Created on 03-17-2021 09:09 PM - edited 03-17-2021 09:12 PM
Hi Team,
@Shu_ashu , @MattWho , @Shelton
I am retrieving Zomoto API for my project. I am able to filter the JSON data using, splitJson Process. Everything is working fine.
If you see the above image, till AttributetoJSON process it is working fine. The output of ConvertJSONToSQL is giving me the insert statements with place holders (?). When I am passing the same statement(output of ConvertJSONTOSQL) to PutHiveQL, it is in not working throwing the below error.

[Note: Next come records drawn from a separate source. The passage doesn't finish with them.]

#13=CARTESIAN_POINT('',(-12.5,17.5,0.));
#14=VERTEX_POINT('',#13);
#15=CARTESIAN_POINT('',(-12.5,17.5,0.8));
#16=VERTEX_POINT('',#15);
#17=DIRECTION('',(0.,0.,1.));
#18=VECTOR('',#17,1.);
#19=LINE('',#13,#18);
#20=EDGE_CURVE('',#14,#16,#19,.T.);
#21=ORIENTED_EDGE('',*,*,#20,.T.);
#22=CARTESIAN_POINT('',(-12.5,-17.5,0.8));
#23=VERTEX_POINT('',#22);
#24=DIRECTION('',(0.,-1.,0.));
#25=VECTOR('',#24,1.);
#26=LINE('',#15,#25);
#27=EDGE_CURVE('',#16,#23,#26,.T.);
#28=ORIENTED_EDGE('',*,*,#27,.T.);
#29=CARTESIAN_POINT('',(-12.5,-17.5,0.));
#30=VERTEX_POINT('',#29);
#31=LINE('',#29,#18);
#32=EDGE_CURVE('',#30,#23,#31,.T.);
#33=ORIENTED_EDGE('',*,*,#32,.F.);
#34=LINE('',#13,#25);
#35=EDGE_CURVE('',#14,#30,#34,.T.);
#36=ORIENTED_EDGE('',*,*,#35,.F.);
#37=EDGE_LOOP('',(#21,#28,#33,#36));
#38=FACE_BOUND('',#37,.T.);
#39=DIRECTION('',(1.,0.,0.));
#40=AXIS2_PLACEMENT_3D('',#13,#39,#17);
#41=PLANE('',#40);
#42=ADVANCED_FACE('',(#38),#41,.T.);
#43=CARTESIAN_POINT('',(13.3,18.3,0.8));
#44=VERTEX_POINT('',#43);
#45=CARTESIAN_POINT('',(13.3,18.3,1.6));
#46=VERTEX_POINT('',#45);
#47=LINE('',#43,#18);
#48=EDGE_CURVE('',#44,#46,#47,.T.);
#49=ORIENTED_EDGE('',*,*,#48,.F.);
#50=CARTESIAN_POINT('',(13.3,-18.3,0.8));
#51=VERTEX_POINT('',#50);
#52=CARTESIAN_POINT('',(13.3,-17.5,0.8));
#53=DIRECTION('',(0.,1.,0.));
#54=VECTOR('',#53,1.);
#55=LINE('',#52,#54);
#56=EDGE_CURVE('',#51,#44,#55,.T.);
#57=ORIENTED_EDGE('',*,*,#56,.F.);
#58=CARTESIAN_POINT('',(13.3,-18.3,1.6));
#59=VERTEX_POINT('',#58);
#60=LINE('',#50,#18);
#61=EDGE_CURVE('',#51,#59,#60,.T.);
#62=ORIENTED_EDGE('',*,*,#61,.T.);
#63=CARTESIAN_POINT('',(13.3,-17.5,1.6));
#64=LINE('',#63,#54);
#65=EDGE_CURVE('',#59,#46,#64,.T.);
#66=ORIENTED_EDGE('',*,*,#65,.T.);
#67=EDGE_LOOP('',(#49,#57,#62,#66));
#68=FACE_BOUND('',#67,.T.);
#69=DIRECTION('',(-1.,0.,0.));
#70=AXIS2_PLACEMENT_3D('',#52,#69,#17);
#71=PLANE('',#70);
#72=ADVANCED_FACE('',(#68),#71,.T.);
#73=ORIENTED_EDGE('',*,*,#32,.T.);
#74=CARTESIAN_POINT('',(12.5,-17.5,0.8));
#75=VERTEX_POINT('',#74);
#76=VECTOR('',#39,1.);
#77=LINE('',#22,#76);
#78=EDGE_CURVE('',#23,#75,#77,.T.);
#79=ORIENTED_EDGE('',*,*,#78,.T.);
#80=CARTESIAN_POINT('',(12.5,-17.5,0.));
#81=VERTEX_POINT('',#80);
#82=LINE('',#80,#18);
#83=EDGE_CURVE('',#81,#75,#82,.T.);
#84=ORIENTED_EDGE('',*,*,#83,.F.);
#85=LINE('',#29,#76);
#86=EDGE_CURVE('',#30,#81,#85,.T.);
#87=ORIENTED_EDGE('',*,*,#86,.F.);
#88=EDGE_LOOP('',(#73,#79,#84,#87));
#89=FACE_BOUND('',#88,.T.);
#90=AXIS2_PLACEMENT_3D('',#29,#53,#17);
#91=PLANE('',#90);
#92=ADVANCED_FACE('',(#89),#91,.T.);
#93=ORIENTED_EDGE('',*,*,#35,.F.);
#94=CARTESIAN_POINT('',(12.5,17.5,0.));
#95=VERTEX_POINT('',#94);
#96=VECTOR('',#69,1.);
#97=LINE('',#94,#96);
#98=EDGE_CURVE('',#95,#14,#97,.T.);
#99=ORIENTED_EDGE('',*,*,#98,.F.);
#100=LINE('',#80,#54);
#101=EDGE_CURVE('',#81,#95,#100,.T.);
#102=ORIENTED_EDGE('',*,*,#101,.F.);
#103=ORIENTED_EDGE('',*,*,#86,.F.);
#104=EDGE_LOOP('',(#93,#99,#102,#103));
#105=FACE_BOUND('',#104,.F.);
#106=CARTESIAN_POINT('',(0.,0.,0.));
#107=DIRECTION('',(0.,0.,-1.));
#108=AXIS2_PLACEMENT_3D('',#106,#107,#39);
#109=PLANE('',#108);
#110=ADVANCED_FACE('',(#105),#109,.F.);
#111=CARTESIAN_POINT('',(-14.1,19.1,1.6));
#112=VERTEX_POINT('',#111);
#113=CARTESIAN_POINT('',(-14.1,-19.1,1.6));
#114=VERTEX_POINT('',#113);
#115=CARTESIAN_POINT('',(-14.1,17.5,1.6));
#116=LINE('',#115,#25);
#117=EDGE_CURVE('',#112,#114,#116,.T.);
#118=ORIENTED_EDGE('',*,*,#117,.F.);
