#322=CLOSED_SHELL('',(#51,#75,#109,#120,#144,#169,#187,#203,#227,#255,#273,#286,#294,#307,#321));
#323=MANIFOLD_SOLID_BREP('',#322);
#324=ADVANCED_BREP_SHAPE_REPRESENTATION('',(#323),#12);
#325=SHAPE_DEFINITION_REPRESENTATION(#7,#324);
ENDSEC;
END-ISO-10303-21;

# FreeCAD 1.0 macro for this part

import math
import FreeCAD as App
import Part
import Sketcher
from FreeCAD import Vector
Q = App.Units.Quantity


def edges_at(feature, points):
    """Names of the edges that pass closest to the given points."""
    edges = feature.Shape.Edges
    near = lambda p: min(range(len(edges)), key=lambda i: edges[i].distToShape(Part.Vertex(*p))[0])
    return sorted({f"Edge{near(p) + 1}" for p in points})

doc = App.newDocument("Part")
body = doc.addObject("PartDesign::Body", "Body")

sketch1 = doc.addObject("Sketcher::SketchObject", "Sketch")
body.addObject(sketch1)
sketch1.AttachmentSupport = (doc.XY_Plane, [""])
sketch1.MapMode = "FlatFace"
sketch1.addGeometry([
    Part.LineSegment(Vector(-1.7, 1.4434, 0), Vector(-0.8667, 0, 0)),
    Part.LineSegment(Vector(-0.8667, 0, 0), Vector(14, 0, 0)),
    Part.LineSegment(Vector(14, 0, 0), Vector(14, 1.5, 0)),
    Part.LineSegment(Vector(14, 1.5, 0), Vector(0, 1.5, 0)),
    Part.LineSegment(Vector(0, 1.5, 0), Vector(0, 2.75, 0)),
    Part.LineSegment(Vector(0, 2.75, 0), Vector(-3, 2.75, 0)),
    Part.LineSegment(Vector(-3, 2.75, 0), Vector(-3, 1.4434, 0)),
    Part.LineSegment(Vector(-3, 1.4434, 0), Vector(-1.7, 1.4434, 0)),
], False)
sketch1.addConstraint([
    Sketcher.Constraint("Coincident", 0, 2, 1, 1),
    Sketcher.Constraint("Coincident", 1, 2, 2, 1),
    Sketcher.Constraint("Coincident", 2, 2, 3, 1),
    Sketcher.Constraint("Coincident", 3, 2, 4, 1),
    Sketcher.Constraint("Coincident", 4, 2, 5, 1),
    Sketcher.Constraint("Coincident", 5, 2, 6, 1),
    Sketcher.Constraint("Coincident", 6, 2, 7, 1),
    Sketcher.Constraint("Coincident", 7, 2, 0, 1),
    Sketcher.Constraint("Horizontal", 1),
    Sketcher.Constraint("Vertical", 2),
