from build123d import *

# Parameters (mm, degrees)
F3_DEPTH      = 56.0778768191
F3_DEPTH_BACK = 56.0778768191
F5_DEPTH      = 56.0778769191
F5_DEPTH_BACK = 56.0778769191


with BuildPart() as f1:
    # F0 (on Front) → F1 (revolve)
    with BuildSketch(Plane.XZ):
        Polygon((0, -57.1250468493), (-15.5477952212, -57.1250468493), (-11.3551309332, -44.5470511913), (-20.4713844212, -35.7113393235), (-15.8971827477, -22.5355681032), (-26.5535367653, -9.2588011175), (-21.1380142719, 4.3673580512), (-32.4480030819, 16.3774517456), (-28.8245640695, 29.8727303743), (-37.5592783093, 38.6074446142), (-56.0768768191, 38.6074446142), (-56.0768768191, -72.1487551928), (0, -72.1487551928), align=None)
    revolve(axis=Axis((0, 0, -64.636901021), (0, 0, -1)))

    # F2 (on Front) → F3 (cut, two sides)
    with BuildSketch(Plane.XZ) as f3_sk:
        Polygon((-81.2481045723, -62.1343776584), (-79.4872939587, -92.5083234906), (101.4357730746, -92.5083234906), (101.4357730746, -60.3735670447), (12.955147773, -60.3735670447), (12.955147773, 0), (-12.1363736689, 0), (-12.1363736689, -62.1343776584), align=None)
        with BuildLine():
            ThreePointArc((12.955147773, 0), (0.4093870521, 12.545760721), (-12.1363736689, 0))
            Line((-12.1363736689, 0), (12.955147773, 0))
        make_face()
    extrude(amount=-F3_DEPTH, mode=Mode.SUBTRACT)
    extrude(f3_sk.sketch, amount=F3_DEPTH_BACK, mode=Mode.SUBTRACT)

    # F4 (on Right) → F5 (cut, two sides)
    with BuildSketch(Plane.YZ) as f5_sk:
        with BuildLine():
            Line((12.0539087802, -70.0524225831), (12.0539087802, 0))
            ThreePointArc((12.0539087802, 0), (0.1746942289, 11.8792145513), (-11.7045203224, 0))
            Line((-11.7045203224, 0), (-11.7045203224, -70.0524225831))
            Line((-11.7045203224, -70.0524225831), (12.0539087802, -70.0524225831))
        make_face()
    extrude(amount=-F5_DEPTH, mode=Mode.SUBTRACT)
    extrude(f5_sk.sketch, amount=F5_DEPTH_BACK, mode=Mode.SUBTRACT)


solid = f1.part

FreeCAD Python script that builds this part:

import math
import FreeCAD as App
import Part
import Sketcher

V = App.Vector
Q = App.Units.Quantity


def add_polygon(sketch, points):
    """Adds a closed chain of lines whose ends are joined by coincident constraints."""
    first, n = sketch.GeometryCount, len(points)
    for a, b in zip(points, points[1:] + points[:1]):
        sketch.addGeometry(Part.LineSegment(App.Vector(*a, 0), App.Vector(*b, 0)), False)
    for i in range(n):
        sketch.addConstraint(Sketcher.Constraint("Coincident", first + i, 2, first + (i + 1) % n, 1))

doc = App.newDocument("Part")
body = doc.addObject("PartDesign::Body", "Body")

# Sketch on XZ plane
sketch1 = doc.addObject("Sketcher::SketchObject", "Sketch")
body.addObject(sketch1)
sketch1.AttachmentSupport = (doc.XZ_Plane, [""])
sketch1.MapMode = "FlatFace"
add_polygon(sketch1, [(0, -57), (-16, -57), (-11, -45), (-20, -36), (-16, -23), (-27, -9), (-21, 4), (-32, 16), (-29, 30), (-38, 39), (-56, 39), (-56, -72), (0, -72)])  # lines 0-12
sketch1.addConstraint(Sketcher.Constraint("Horizontal", 0))
sketch1.addConstraint(Sketcher.Constraint("Horizontal", 9))
sketch1.addConstraint(Sketcher.Constraint("Vertical", 10))
sketch1.addConstraint(Sketcher.Constraint("Horizontal", 11))
sketch1.addConstraint(Sketcher.Constraint("Vertical", 12))
sketch1.addConstraint(Sketcher.Constraint("PointOnObject", 11, 2, -2))
sketch1.addConstraint(Sketcher.Constraint("Angle", 8, Q("135 deg")))
sketch1.addConstraint(Sketcher.Constraint("DistanceX", 9, 2, 9, 1, Q("18.517599 mm")))
sketch1.addConstraint(Sketcher.Constraint("DistanceY", 10, 2, 10, 1, Q("110.7562 mm")))
sketch1.addConstraint(Sketcher.Constraint("DistanceY", 12, 1, 12, 2, Q("15.023708 mm")))
sketch1.addConstraint(Sketcher.Constraint("DistanceY", 4, 2, -1, 1, Q("9.258801 mm")))
sketch1.addConstraint(Sketcher.Constraint("DistanceX", 2, 2, 3, 2, Q("4.574202 mm")))
sketch1.addConstraint(Sketcher.Constraint("DistanceY", 3, 2, 7, 2, Q("52.408298 mm")))
sketch1.addConstraint(Sketcher.Constraint("Distance", 1, Q("13.258371 mm")))
sketch1.addConstraint(Sketcher.Constraint("Distance", 5, Q("14.662882 mm")))
sketch1.addConstraint(Sketcher.Constraint("Distance", 8, Q("12.352751 mm")))
sketch1.addConstraint(Sketcher.Constraint("DistanceX", 0, 2, 0, 1, Q("15.547795 mm")))
sketch1.addConstraint(Sketcher.Constraint("DistanceX", 11, 1, 11, 2, Q("56.076877 mm")))
sketch1.addConstraint(Sketcher.Constraint("DistanceX", 1, 2, -1, 1, Q("11.355131 mm")))
sketch1.addConstraint(Sketcher.Constraint("DistanceY", 1, 2, -1, 1, Q("44.547051 mm")))
sketch1.addConstraint(Sketcher.Constraint("DistanceY", 2, 2, -1, 1, Q("35.711339 mm")))
sketch1.addConstraint(Sketcher.Constraint("DistanceY", -1, 1, 5, 2, Q("4.367358 mm")))
sketch1.addConstraint(Sketcher.Constraint("DistanceY", -1, 1, 6, 2, Q("16.377452 mm")))
sketch1.addConstraint(Sketcher.Constraint("DistanceX", 2, 2, 0, 2, Q("4.923589 mm")))
sketch1.addConstraint(Sketcher.Constraint("DistanceX", 4, 2, 0, 2, Q("11.005742 mm")))
sketch1.addConstraint(Sketcher.Constraint("DistanceX", 6, 2, 5, 2, Q("11.309989 mm")))
revolution = doc.addObject("PartDesign::Revolution", "Revolution")
body.addObject(revolution)
revolution.Profile = sketch1
revolution.ReferenceAxis = (sketch1, ["V_Axis"])
revolution.Angle = 360

# Sketch on XZ plane
sketch2 = doc.addObject("Sketcher::SketchObject", "Sketch001")
body.addObject(sketch2)
sketch2.AttachmentSupport = (doc.XZ_Plane, [""])
sketch2.MapMode = "FlatFace"
sketch2.addGeometry(Part.LineSegment(V(-81, -62, 0), V(-79, -93, 0)), False)
sketch2.addGeometry(Part.LineSegment(V(-79, -93, 0), V(101, -93, 0)), False)
sketch2.addGeometry(Part.LineSegment(V(101, -93, 0), V(101, -60, 0)), False)
sketch2.addGeometry(Part.LineSegment(V(101, -60, 0), V(13, -60, 0)), False)
sketch2.addGeometry(Part.LineSegment(V(13, -60, 0), V(13, 0, 0)), False)
sketch2.addGeometry(Part.ArcOfCircle(Part.Circle(V(0, 0, 0), V(0, 0, 1), 13), math.radians(0), math.radians(180)), False)
sketch2.addGeometry(Part.LineSegment(V(-12, 0, 0), V(-12, -62, 0)), False)
sketch2.addGeometry(Part.LineSegment(V(-12, -62, 0), V(-81, -62, 0)), False)
sketch2.addConstraint(Sketcher.Constraint("Coincident", 0, 2, 1, 1))
sketch2.addConstraint(Sketcher.Constraint("Coincident", 1, 2, 2, 1))
sketch2.addConstraint(Sketcher.Constraint("Coincident", 2, 2, 3, 1))
sketch2.addConstraint(Sketcher.Constraint("Coincident", 3, 2, 4, 1))
sketch2.addConstraint(Sketcher.Constraint("Tangent", 4, 2, 5, 1))
sketch2.addConstraint(Sketcher.Constraint("Tangent", 5, 2, 6, 1))
sketch2.addConstraint(Sketcher.Constraint("Coincident", 6, 2, 7, 1))
sketch2.addConstraint(Sketcher.Constraint("Coincident", 7, 2, 0, 1))
sketch2.addConstraint(Sketcher.Constraint("Horizontal", 1))
sketch2.addConstraint(Sketcher.Constraint("Vertical", 2))
sketch2.addConstraint(Sketcher.Constraint("Horizontal", 3))
sketch2.addConstraint(Sketcher.Constraint("Vertical", 4))
sketch2.addConstraint(Sketcher.Constraint("Vertical", 6))
sketch2.addConstraint(Sketcher.Constraint("Horizontal", 7))
sketch2.addConstraint(Sketcher.Constraint("PointOnObject", 5, 3, -1))
sketch2.addConstraint(Sketcher.Constraint("Radius", 5, Q("12.545761 mm")))
sketch2.addConstraint(Sketcher.Constraint("DistanceX", 7, 2, 7, 1, Q("69.111731 mm")))
sketch2.addConstraint(Sketcher.Constraint("Distance", 0, Q("30.424941 mm")))
sketch2.addConstraint(Sketcher.Constraint("DistanceX", 1, 1, 1, 2, Q("180.923067 mm")))
sketch2.addConstraint(Sketcher.Constraint("DistanceX", 3, 2, 3, 1, Q("88.480625 mm")))
sketch2.addConstraint(Sketcher.Constraint("DistanceY", 2, 1, 2, 2, Q("32.134756 mm")))
sketch2.addConstraint(Sketcher.Constraint("DistanceY", 4, 1, 4, 2, Q("60.373567 mm")))
sketch2.addConstraint(Sketcher.Constraint("DistanceX", -1, 1, 5, 3, Q("0.409387 mm")))
pocket1 = doc.addObject("PartDesign::Pocket", "Pocket")
body.addObject(pocket1)
pocket1.Profile = sketch2
pocket1.Type = "ThroughAll"
pocket1.Midplane = True

# Sketch on YZ plane
sketch3 = doc.addObject("Sketcher::SketchObject", "Sketch002")
body.addObject(sketch3)
sketch3.AttachmentSupport = (doc.YZ_Plane, [""])
sketch3.MapMode = "FlatFace"
sketch3.addGeometry(Part.LineSegment(V(12, -70, 0), V(12, 0, 0)), False)
sketch3.addGeometry(Part.ArcOfCircle(Part.Circle(V(0, 0, 0), V(0, 0, 1), 12), math.radians(0), math.radians(180)), False)
sketch3.addGeometry(Part.LineSegment(V(-12, 0, 0), V(-12, -70, 0)), False)
sketch3.addGeometry(Part.LineSegment(V(-12, -70, 0), V(12, -70, 0)), False)
sketch3.addConstraint(Sketcher.Constraint("Tangent", 0, 2, 1, 1))
sketch3.addConstraint(Sketcher.Constraint("Tangent", 1, 2, 2, 1))
sketch3.addConstraint(Sketcher.Constraint("Coincident", 2, 2, 3, 1))
sketch3.addConstraint(Sketcher.Constraint("Coincident", 3, 2, 0, 1))
sketch3.addConstraint(Sketcher.Constraint("Vertical", 0))
sketch3.addConstraint(Sketcher.Constraint("Vertical", 2))
sketch3.addConstraint(Sketcher.Constraint("Horizontal", 3))
sketch3.addConstraint(Sketcher.Constraint("PointOnObject", 1, 3, -1))
sketch3.addConstraint(Sketcher.Constraint("Radius", 1, Q("11.879215 mm")))
sketch3.addConstraint(Sketcher.Constraint("DistanceY", 0, 1, 0, 2, Q("70.052423 mm")))
sketch3.addConstraint(Sketcher.Constraint("DistanceX", -1, 1, 0, 2, Q("12.053909 mm")))
pocket2 = doc.addObject("PartDesign::Pocket", "Pocket001")
body.addObject(pocket2)
pocket2.Profile = sketch3
pocket2.Type = "ThroughAll"
pocket2.Midplane = True

doc.recompute()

Output of AttributeToJson Process:
{
"avg_rating" : "4.4",
"res_id" : "17085030",
"restName" : "Fogo de Chao Brazilian Steakhouse"
}
Output of ConvertJSONToSQL:
INSERT INTO restaurent (avg_rating, res_id, restname) VALUES (?, ?, ?)
Input to the PUTHiveQL:
INSERT INTO restaurent (avg_rating, res_id, restname) VALUES (?, ?, ?)
Error:
2021-03-17 04:28:52,710 INFO [Timer-Driven Process Thread-8] hive.ql.parse.ParseDriver Parse Completed
2021-03-17 04:28:52,715 ERROR [Timer-Driven Process Thread-8] o.apache.nifi.processors.hive.PutHiveQL PutHiveQL[id=1f17066e-0
178-1000-e53b-6257710b82b2] Failed to update Hive for StandardFlowFileRecord[uuid=60c6a702-df1e-417c-9aca-652e49b1b886,claim=
StandardContentClaim [resourceClaim=StandardResourceClaim[id=1615954135719-5, container=default, section=5], offset=738314, l
ength=78],offset=0,name=2c54bb5e-2517-42e0-aa40-cecac3f738db,size=78] due to org.apache.hive.service.cli.HiveSQLException: Er
ror while compiling statement: FAILED: ParseException line 1:70 cannot recognize input near '?' ',' '?' in value row construc
tor; routing to failure: org.apache.hive.service.cli.HiveSQLException: Error while compiling statement: FAILED: ParseExceptio
n line 1:70 cannot recognize input near '?' ',' '?' in value row constructor
org.apache.hive.service.cli.HiveSQLException: Error while compiling statement: FAILED: ParseException line 1:70 cannot recogn
ize input near '?' ',' '?' in value row constructor
Flow File output of ConvertJSONToSQL:
ConvertJSONToSQL Properties:
Any help is appreciated, let me know if any help is needed.
Created 03-18-2021 08:18 AM
PutHive3Streaming is faster and better.
What version of Hive? Is this CDH? HDP?
You can also do PutORC or convert to ORC and push to HDFS
Or push to HDFS as Parquet
https://www.datainmotion.dev/2019/10/migrating-apache-flume-flows-to-apache.html
Use Record processors, they are easier and MUCH faster. You won't need a split then.
https://www.datainmotion.dev/2020/12/simple-change-data-capture-cdc-with-sql.html
I recommend using CFM NiFi version 1.11.4 or newer.
Created 03-18-2021 12:09 PM
@TimothySpann
Thanks for reply. I have alternate way for this issue, instead of using convertjsontosql I can use replacetext process. The reason is convertjsontosql, is giving insert statement automatically.
Is there any way still to use convertjsontosql and puthiveql.
I will also implement the recommendations provided by you.
HDP: 2.6.5
Hive: 1.2.1000
Let me know if you need any other information from my side.
Thanks
Created 03-18-2021 12:23 PM
Ok that's pretty old.
PutHiveQL is not the best option, but for now.
see: https://issues.apache.org/jira/browse/NIFI-4684
PutHiveStreaming or PutHDFS or PutORC is better and create an external table
or PutDatabaseRecord for JDBC
I would highly recommend updating to HDF 3.5.2 and HDP 3.1 or CDP as these versions are going to be out of support soon.
Created 03-18-2021 02:03 PM
@TimothySpann
Thanks for your reply. So, in my case if I upgrade my HDP to 3.1.0 then convertJSONToSQL will work ??
https://issues.apache.org/jira/browse/NIFI-4684
In the above link, it was mentioned that instead of sql we need to add hiveql, the the arguments will be hiveql.arg.1.value. I did that change but still no luck. Need your help on this.
After the AttributeTOJson, which process will you recommend (PutHDFS, if yes do you have any article for that)
Created 03-18-2021 02:06 PM
NiFi versions are tied to Hive versions so you need to compatible one. Check with your Cloudera team to ge tthe correct version.
Using PutHive3Streaming will be faster.
So is just PutOrc, PutParquet or PutHDFS.